As I've said repeatedly here, in addition to heading a movement that expanded the franchise, supported the nascent organized labor movement and encouraged a new level of popular organizing and political participation, Jackson's Presidency is associated particularly with three major events, two of which were democratic and progressive, the other far more problematic. The successful fight against the Bank of the United States as a major tool of organized money and Jackson's successful stand against John Calhoun's secessionist move in the South Carolina Nullification Controversy were the first two. The Indian Removal Act was the third.
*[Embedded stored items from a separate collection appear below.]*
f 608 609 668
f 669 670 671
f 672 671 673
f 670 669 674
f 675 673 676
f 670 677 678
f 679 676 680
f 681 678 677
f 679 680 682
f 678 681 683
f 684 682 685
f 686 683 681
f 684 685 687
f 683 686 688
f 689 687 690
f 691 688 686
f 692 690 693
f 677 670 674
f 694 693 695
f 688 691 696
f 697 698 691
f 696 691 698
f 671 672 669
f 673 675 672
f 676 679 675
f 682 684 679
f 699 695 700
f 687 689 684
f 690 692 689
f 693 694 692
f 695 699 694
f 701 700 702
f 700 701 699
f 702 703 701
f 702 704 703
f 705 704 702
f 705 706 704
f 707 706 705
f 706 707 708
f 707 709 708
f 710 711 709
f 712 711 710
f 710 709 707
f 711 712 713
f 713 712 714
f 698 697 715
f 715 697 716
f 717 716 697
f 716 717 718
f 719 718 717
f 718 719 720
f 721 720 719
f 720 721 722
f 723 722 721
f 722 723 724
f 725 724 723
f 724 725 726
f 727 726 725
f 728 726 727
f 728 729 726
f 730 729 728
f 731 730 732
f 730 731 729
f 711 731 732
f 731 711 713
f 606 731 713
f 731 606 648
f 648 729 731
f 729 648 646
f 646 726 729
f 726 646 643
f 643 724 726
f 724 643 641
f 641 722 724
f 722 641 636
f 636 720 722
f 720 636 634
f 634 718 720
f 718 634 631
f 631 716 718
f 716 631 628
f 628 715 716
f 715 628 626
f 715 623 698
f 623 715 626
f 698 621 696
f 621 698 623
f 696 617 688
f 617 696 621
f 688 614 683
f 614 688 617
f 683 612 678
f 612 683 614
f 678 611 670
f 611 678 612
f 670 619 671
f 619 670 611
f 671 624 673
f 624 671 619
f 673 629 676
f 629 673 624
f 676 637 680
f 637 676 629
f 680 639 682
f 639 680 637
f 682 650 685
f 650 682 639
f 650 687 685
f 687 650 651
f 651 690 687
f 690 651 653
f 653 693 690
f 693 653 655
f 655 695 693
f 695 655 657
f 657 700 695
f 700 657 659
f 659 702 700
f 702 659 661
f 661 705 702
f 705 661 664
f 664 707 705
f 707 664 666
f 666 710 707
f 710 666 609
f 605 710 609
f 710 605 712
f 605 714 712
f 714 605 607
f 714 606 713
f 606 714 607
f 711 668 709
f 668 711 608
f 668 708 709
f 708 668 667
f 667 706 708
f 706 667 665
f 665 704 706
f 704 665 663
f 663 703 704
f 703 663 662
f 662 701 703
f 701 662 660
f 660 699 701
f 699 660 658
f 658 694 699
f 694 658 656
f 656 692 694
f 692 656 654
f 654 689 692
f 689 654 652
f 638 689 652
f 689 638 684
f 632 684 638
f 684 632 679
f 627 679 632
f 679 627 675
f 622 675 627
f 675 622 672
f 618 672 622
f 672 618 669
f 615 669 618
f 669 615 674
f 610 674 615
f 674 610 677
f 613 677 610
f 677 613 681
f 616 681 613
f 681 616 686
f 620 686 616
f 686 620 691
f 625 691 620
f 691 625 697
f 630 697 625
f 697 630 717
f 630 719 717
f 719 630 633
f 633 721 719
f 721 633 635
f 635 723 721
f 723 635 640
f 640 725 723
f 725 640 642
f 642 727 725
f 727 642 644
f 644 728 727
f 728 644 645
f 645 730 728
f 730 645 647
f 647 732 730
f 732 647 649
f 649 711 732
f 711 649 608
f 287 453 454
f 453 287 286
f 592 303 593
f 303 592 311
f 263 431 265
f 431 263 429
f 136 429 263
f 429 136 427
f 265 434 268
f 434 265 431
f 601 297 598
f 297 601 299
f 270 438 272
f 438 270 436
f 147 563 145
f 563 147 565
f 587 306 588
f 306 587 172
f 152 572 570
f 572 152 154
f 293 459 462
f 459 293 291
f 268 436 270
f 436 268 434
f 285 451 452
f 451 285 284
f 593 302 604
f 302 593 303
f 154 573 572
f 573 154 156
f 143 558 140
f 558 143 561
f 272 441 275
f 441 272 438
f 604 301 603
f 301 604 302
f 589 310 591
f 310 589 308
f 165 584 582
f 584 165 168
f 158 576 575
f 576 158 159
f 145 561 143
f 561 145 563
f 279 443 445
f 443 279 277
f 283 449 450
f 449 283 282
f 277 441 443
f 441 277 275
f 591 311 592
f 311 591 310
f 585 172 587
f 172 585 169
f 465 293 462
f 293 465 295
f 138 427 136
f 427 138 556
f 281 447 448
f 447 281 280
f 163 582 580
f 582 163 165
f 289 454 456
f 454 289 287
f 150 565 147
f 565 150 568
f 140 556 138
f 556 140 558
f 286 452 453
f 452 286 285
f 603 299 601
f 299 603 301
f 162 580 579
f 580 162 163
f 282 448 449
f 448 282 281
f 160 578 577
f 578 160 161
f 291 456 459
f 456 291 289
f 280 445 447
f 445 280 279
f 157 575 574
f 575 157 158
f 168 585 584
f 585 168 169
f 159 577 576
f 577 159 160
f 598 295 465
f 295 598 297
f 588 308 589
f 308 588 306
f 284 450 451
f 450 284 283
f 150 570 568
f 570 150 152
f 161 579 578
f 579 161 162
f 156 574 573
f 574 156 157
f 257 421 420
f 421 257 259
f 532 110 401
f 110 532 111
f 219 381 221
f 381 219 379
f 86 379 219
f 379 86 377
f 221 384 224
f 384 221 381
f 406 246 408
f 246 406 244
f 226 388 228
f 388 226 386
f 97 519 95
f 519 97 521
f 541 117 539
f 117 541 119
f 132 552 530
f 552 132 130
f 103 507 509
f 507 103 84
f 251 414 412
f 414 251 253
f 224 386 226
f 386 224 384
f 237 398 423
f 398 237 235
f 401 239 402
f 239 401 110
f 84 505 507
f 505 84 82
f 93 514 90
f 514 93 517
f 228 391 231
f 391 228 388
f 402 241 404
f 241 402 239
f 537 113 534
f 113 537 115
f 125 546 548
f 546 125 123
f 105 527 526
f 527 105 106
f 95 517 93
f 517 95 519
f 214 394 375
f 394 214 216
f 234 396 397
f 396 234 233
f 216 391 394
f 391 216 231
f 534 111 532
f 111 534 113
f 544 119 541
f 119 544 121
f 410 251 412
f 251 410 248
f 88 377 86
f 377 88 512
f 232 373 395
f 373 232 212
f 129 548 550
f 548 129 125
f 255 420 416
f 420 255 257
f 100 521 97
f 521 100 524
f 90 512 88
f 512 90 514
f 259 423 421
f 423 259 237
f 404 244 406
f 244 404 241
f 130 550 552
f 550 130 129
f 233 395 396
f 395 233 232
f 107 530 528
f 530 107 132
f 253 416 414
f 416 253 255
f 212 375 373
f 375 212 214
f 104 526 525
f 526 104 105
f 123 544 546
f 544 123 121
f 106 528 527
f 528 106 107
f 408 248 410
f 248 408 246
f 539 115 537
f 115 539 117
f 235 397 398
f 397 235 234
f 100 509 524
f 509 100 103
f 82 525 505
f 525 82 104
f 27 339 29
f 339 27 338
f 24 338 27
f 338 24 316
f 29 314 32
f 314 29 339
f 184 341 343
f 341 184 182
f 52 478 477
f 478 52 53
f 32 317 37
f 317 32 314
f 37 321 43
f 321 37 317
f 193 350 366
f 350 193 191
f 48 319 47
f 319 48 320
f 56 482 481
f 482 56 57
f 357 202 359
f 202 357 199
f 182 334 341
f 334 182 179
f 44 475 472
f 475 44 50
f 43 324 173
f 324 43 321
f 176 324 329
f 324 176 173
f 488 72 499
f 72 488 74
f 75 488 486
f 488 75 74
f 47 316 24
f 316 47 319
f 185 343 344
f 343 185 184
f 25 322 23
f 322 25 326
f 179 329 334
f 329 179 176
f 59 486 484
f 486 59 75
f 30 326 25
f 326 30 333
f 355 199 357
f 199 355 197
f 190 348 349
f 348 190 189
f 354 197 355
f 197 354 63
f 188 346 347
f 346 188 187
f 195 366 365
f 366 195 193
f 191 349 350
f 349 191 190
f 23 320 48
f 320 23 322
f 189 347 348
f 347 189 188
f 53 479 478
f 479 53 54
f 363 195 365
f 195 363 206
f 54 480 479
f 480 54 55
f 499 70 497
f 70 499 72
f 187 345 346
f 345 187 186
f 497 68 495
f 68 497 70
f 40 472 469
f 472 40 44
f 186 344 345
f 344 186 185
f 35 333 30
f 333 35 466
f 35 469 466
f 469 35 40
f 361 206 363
And the latter, reactionary and destructive as it was from any kind of democratic or humane view today, was very much a part of white democracy and the Enlightenment view of the Indians as "savages" and "natural peoples" who had to be "civilized" by white Europeans, or Americans, in this case.

Mark Twain used his white suit to both affirm to the ideals of democracy and of a humane spirit of religion while simultaneously reminding people of the dark side of real existing white democracy, particularly its brutal practice of imperialism and white racism.

The symbol of Andrew Jackson here represents a recognition that democracy advances through people committed to advancing it, even against their own conventionally-perceived self-interest. In Jackson's case, he was a rich man who defended the interests of the common people against the Money Power with which he could easily have identified. He was a slaveowner and a supporter of slavery who in the Nullification Crisis took the side of democracy and American patriotism against the incipient revolt of the slaveowners class of which he was a member.

But Jackson is also a symbol that reminds us, like Twain's white suit, that "democracy" for white people is not the sum total of all virtues, that democracy can and does inflict needless cruelty on the Other, whether the Other is American Indian or Philippine peasants or Arab noncombatants today who fall victim to our freedom bombs or unarmed African-Americans who receive vigilante "justice" at the hands of white racist police.

But in the end, human history is made by real human beings. Real human beings that still often produced the results that Hegel gloomily described: "World history is not the ground of happiness. The periods of happiness are blank pages in it ..." - Hegel, Philosophy of History (German original: "Die Weltgeschichte ist nicht der Boden des Glücks. Die Perioden des Glücks sind leere Blätter in ihr ...")

But we also have to recognize the moments that point in a different direction. Polluted as they are with dark side of our human species.